11.2. The notification of legal expenses insurance by the client and the obtaining of legal expenses coverage by the attorney shall not affect the attorney’s fee claim against the client and shall not be construed as the attorney’s agreement to accept the benefits provided by the legal expenses insurance as payment of the fee.
11.3. The lawyer is not obliged to claim the fee directly from the legal expenses insurer, but may demand the entire fee from the client.
12. Termination of the mandate
12.1. The mandate may be terminated by the lawyer or the client at any time without notice and without giving reasons.
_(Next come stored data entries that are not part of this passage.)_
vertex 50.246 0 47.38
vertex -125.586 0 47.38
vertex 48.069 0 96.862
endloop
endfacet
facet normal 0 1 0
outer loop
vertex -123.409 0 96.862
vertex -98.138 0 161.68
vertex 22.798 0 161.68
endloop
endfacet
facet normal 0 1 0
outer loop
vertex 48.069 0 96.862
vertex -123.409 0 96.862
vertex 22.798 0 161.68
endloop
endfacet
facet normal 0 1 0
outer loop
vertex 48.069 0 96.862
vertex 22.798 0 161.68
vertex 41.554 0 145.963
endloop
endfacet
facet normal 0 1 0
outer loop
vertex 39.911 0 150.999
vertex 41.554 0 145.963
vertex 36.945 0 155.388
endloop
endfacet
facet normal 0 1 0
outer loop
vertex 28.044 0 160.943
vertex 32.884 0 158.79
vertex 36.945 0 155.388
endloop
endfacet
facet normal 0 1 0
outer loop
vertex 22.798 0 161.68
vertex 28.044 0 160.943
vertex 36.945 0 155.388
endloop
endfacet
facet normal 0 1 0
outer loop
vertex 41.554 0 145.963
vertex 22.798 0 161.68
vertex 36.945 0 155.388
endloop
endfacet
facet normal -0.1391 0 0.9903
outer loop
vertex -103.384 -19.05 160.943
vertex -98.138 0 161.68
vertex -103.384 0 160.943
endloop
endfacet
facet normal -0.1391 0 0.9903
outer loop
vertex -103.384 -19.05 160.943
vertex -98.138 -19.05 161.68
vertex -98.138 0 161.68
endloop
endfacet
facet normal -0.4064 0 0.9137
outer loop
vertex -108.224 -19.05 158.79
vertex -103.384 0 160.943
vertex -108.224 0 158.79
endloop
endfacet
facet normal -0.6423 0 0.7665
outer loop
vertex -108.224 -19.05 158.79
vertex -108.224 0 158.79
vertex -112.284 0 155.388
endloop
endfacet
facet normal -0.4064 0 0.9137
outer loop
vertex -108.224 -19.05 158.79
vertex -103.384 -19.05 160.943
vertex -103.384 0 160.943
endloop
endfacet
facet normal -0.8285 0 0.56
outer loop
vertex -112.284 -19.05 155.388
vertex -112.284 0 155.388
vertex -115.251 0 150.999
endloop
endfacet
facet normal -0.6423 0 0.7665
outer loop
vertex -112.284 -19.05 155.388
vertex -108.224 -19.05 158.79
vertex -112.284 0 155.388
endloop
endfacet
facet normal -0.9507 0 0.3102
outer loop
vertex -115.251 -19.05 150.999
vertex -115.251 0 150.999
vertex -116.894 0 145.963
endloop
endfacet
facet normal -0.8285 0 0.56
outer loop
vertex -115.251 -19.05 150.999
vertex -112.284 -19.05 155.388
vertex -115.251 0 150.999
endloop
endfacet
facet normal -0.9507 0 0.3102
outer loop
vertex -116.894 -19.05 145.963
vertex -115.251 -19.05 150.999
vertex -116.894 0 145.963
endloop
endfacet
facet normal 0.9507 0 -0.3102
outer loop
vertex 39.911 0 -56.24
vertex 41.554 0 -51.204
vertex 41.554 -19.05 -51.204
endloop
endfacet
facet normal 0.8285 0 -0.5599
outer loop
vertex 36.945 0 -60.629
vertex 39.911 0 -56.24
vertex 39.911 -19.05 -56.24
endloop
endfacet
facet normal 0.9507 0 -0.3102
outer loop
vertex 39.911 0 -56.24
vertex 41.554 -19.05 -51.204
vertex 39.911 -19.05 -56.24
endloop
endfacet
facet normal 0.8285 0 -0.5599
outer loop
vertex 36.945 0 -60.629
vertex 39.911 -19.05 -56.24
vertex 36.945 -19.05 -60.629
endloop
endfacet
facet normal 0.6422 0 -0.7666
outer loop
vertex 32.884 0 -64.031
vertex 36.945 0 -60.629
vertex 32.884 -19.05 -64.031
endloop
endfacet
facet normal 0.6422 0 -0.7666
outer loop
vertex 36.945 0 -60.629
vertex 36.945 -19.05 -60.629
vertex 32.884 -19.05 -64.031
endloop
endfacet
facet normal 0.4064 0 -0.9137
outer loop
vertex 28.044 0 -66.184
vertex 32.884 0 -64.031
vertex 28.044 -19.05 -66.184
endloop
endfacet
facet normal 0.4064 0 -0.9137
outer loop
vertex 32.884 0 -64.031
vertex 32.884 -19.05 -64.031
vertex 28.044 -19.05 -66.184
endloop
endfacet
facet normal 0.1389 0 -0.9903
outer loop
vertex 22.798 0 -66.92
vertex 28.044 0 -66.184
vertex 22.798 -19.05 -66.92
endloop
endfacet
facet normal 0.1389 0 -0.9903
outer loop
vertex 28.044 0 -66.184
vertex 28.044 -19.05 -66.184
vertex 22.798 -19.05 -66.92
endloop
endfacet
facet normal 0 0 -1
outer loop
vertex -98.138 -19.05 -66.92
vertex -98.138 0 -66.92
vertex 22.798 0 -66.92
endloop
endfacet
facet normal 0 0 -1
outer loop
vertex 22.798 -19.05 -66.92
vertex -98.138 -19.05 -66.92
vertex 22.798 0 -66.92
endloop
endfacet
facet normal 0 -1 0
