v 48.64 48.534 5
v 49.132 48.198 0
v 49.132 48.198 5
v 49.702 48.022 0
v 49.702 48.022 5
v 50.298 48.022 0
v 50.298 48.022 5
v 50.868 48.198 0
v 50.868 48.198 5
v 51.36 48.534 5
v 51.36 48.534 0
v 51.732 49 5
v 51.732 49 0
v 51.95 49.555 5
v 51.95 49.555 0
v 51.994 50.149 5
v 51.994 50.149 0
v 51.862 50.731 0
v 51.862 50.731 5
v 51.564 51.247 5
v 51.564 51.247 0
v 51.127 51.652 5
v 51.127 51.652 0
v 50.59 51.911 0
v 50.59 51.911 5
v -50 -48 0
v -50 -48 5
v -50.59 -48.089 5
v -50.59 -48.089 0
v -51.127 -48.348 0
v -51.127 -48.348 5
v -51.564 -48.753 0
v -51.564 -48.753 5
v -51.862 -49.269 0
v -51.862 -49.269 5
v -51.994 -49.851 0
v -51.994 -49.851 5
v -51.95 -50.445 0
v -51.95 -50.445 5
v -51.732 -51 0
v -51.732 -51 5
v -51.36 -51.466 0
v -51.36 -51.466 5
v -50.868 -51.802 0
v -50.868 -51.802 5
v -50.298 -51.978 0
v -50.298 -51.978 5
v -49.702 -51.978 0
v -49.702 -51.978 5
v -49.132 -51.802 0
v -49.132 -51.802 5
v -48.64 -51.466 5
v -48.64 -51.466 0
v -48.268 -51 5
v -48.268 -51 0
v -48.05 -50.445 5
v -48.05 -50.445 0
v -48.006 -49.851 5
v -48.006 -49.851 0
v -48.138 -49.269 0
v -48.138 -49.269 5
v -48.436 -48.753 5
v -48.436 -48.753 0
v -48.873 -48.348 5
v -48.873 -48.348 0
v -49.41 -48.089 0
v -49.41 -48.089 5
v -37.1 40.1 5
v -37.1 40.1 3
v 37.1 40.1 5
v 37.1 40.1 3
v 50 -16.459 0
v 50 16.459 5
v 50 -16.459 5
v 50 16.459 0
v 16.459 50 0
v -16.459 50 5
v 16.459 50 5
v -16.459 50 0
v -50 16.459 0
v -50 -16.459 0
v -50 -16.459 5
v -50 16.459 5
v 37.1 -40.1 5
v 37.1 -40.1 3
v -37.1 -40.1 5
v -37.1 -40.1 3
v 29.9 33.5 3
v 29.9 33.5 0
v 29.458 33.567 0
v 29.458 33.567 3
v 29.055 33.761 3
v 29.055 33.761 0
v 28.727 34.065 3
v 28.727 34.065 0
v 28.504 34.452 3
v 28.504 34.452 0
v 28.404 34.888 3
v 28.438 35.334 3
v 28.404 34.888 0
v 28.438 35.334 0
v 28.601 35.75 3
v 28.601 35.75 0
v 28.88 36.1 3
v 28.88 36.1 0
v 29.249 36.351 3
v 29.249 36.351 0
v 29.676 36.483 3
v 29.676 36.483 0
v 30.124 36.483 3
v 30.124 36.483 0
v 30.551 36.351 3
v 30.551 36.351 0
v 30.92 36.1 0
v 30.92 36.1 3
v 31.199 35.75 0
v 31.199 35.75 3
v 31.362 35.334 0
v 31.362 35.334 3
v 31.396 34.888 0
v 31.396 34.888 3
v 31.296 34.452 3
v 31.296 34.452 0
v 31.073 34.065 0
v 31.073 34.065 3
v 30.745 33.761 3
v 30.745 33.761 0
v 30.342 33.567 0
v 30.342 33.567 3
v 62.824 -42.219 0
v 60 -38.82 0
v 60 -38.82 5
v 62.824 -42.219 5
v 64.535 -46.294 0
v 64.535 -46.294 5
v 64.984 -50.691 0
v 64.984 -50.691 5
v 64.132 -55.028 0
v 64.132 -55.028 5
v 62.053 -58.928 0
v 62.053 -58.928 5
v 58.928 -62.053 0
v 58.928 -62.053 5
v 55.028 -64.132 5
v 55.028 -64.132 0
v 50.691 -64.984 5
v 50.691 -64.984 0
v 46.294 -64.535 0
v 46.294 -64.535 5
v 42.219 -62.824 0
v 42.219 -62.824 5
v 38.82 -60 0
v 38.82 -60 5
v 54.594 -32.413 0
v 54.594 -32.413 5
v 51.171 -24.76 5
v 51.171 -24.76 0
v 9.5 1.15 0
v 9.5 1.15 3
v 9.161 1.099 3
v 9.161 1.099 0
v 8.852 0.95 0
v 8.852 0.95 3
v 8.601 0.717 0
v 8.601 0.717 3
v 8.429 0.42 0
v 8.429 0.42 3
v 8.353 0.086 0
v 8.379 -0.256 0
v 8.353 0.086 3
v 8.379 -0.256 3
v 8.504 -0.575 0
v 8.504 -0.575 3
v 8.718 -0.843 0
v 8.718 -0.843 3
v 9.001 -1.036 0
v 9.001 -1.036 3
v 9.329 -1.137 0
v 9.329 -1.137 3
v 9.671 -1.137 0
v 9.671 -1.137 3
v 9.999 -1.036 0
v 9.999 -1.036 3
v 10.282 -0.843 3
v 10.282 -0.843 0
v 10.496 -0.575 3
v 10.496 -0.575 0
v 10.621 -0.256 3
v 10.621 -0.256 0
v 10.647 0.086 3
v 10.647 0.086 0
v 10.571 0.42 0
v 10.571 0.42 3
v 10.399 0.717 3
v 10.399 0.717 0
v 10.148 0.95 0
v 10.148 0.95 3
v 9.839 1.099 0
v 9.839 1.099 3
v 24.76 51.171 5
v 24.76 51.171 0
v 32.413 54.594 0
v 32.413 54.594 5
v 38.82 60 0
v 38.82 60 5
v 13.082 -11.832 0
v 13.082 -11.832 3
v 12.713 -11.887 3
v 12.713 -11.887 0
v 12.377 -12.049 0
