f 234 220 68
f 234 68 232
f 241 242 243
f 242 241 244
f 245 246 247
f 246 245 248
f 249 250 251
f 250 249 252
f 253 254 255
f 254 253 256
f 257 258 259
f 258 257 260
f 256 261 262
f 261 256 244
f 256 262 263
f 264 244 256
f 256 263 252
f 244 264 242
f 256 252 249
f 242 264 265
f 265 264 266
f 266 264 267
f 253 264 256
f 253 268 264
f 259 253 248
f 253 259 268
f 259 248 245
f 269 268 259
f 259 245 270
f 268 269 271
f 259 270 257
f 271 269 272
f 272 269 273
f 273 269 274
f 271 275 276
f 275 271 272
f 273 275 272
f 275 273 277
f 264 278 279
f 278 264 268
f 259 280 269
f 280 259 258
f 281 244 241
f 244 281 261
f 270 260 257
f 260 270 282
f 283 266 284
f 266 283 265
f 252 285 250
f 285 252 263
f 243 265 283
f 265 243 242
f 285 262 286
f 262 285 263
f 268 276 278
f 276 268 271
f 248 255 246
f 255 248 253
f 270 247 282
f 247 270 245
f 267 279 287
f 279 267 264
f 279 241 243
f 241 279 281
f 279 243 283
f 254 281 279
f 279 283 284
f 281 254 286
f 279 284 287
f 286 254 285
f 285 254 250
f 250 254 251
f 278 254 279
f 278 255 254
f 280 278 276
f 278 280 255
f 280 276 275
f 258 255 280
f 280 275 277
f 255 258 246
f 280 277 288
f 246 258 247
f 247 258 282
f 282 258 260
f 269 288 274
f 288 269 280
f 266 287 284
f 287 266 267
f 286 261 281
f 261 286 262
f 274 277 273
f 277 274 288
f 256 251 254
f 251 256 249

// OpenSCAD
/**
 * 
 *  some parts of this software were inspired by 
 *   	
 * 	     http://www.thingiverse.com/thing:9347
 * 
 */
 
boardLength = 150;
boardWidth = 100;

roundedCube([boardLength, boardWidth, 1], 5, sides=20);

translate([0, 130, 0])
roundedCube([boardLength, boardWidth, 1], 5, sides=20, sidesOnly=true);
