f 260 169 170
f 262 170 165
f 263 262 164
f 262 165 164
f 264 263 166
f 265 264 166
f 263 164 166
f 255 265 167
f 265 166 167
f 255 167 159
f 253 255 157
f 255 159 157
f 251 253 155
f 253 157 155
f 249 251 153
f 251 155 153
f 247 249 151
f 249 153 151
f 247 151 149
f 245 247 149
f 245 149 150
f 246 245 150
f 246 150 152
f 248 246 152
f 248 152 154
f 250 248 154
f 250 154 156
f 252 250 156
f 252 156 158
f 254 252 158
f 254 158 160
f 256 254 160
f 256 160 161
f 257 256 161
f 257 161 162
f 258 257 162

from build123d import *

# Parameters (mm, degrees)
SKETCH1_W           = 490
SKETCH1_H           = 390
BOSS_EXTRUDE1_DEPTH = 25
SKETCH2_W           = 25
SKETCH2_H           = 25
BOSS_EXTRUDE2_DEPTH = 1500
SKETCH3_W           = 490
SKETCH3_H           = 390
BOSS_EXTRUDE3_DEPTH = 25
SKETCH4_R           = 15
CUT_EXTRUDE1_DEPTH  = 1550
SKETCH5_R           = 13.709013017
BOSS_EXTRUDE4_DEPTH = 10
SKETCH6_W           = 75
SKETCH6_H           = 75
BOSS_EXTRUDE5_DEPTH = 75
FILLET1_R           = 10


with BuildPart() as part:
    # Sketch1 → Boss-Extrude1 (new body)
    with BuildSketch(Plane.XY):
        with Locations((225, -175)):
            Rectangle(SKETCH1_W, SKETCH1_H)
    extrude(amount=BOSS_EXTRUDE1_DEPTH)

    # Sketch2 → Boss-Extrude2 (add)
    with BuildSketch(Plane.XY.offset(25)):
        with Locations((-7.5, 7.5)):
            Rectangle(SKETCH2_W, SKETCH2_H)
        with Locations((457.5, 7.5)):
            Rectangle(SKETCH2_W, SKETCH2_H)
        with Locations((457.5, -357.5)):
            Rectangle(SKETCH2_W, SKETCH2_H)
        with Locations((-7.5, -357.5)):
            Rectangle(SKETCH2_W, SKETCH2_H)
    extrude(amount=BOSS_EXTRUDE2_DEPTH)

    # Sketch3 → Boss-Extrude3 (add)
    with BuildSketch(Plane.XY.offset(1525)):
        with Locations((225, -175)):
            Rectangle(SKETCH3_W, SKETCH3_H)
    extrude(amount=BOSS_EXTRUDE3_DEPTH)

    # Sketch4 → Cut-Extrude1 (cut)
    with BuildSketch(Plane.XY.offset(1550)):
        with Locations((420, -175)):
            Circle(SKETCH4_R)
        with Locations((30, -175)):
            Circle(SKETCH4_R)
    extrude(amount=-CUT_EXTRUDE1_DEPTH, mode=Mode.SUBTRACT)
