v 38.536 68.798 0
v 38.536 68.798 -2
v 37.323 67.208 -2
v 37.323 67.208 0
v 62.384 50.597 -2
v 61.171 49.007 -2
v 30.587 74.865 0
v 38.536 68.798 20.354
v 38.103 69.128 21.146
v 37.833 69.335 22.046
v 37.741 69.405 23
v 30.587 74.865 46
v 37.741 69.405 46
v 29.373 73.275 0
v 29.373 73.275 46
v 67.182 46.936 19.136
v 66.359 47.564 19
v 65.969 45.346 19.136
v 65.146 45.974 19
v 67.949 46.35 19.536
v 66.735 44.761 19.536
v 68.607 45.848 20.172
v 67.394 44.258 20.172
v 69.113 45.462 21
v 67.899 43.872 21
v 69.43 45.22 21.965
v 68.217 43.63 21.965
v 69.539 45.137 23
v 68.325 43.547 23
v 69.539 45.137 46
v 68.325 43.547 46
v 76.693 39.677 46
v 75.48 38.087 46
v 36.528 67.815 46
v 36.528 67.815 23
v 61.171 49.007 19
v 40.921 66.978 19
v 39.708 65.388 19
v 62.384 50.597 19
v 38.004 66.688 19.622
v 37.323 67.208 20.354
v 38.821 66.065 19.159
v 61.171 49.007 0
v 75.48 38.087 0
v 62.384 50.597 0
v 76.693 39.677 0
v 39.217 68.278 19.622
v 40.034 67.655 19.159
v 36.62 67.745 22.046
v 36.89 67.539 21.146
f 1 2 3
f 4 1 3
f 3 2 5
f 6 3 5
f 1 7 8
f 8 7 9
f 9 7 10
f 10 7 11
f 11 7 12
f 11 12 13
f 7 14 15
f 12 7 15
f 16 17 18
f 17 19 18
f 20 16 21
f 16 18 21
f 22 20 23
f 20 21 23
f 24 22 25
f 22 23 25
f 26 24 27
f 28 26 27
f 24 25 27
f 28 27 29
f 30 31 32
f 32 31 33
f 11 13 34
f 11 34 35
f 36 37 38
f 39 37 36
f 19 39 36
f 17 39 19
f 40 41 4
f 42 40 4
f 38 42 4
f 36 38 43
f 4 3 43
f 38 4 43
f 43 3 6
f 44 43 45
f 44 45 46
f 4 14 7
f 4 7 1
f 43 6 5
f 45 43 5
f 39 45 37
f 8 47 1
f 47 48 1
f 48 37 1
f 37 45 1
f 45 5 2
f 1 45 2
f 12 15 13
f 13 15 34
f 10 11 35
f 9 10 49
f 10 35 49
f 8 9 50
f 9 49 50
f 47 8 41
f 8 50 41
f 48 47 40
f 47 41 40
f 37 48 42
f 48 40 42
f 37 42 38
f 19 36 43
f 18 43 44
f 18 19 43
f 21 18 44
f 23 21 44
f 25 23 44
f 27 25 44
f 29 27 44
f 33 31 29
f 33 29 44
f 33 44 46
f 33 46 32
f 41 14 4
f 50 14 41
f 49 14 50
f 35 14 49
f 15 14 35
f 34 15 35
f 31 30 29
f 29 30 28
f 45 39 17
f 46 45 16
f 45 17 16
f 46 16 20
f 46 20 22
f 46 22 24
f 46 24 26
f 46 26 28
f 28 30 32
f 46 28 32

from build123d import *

# Parameters (mm, degrees)
ESTRUSIONE_ESTRUSIONE1_DEPTH      = 46
ESTRUSIONE_ESTRUSIONE1_DEPTH_BACK = 2
SCHIZZO2_W                        = 10
SCHIZZO2_H                        = 46
SCHIZZO2_W_2                      = 18
ESTRUSIONE_ESTRUSIONE2_DEPTH      = 2
SCHIZZO3_W                        = 40
SCHIZZO3_H                        = 27
TAGLIO_ESTRUSIONE1_DEPTH          = 10
RACCORDO1_R                       = 4


with BuildPart() as part:
    # Schizzo1 → Estrusione-Estrusione1 (new, two sides: drawn at the far end of the back side and taken through both)
    with BuildSketch(Plane.XY.offset(-ESTRUSIONE_ESTRUSIONE1_DEPTH_BACK)):
        Polygon((62.384284835, 50.597287007), (38.536156503, 68.79802257), (37.322774132, 67.208147347), (61.170902464, 49.007411784), align=None)
    extrude(amount=ESTRUSIONE_ESTRUSIONE1_DEPTH + ESTRUSIONE_ESTRUSIONE1_DEPTH_BACK)

    # Schizzo2 → Estrusione-Estrusione2 (add)
    with BuildSketch(Plane(origin=(46.150805657, 60.470651428, 0), x_dir=(0.7949376110826004, -0.606691185436453, 0), z_dir=(-0.606691185436453, -0.7949376110826004, 0))):
        with Locations((-16.105313678, 23)):
            Rectangle(SCHIZZO2_W, SCHIZZO2_H)
        with Locations((27.894686322, 23)):
            Rectangle(SCHIZZO2_W_2, SCHIZZO2_H)
    extrude(amount=-ESTRUSIONE_ESTRUSIONE2_DEPTH)

    # Schizzo3 → Taglio-Estrusione1 (cut)
    with BuildSketch(Plane(origin=(47.364188028, 62.06052665, 0), x_dir=(0.7949376110826014, -0.6066911854364516, 0), z_dir=(0.6066911854364516, 0.7949376110826014, 0))):
        with Locations((7.894686322, -32.5)):
            Rectangle(SCHIZZO3_W, SCHIZZO3_H)
    extrude(amount=-TAGLIO_ESTRUSIONE1_DEPTH, mode=Mode.SUBTRACT)

    # Raccordo1
    raccordo1_edges = [part.edges().sort_by_distance(p)[0] for p in [
        (37.134527706, 68.609776144, 19),
        (68.932032149, 44.342128727, 19),
    ]]
    fillet(raccordo1_edges, radius=RACCORDO1_R)


solid = part.part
The lawyer’s fee claim remains unaffected by this.
12.2. In the event of termination by the client or the attorney, the attorney shall continue to represent the client for a period of 14 days to the extent necessary to protect the client from legal disadvantages. This obligation shall not apply if the client revokes the mandate and expresses that he does not wish the attorney to continue his activities.
13. Obligation to return documents
13.1. Upon termination of the contractual relationship, the attorney shall, upon request, return the original documents belonging to the client to the client. The attorney is entitled to retain copies of these documents.
13.2. If, after the end of the mandate, the client requests documents (copies of documents) that he has already received in the course of the mandate, the costs shall be borne by the client.
13.3. The attorney is obliged to retain the files for a period of five years after termination of the mandate. If longer statutory periods apply for the duration of the retention obligation, these must be observed. The client agrees to the destruction of the files (including original documents) after expiry of the retention obligation.
14. Choice of law and place of jurisdiction
14.1. The general terms and conditions of the mandate and the client relationship governed by them are subject to Austrian substantive law, with the exception of referral provisions.
14.2. For legal disputes arising from or in connection with the contractual relationship governed by the terms and conditions of the mandate, including disputes about its validity, the exclusive jurisdiction of the competent court in Vienna, Innere Stadt, is agreed, unless mandatory law provides otherwise. However, the attorney is entitled to bring claims against the client before any other court in Austria or abroad in whose jurisdiction the client has its registered office, place of residence, a branch office, or assets.
15. Final provisions
15.1. Amendments or additions to these terms and conditions of engagement must be made in writing to be valid.
15.2. Declarations made by the attorney to the client shall in any case be deemed to have been received if they are sent to the address provided by the client when the engagement was granted or to the amended address subsequently communicated in writing. However, unless otherwise agreed, the attorney may correspond with the client in any manner he deems appropriate, in particular by email to the email address provided by the client to the attorney for the purpose of communication. If the client sends emails to the attorney from other email addresses, the attorney may also communicate with the client via these email addresses. Unless otherwise specified, declarations to be made in writing in accordance with these terms and conditions may also be made by fax or email.
15.3. Unless otherwise instructed in writing by the client, the lawyer is entitled to conduct email correspondence with the client in unencrypted form. The client declares that they are aware of the associated risks (in particular access, confidentiality, alteration of messages during transmission) and the possibility of context mining, and that they agree, in full knowledge of these risks, that email correspondence will not be encrypted.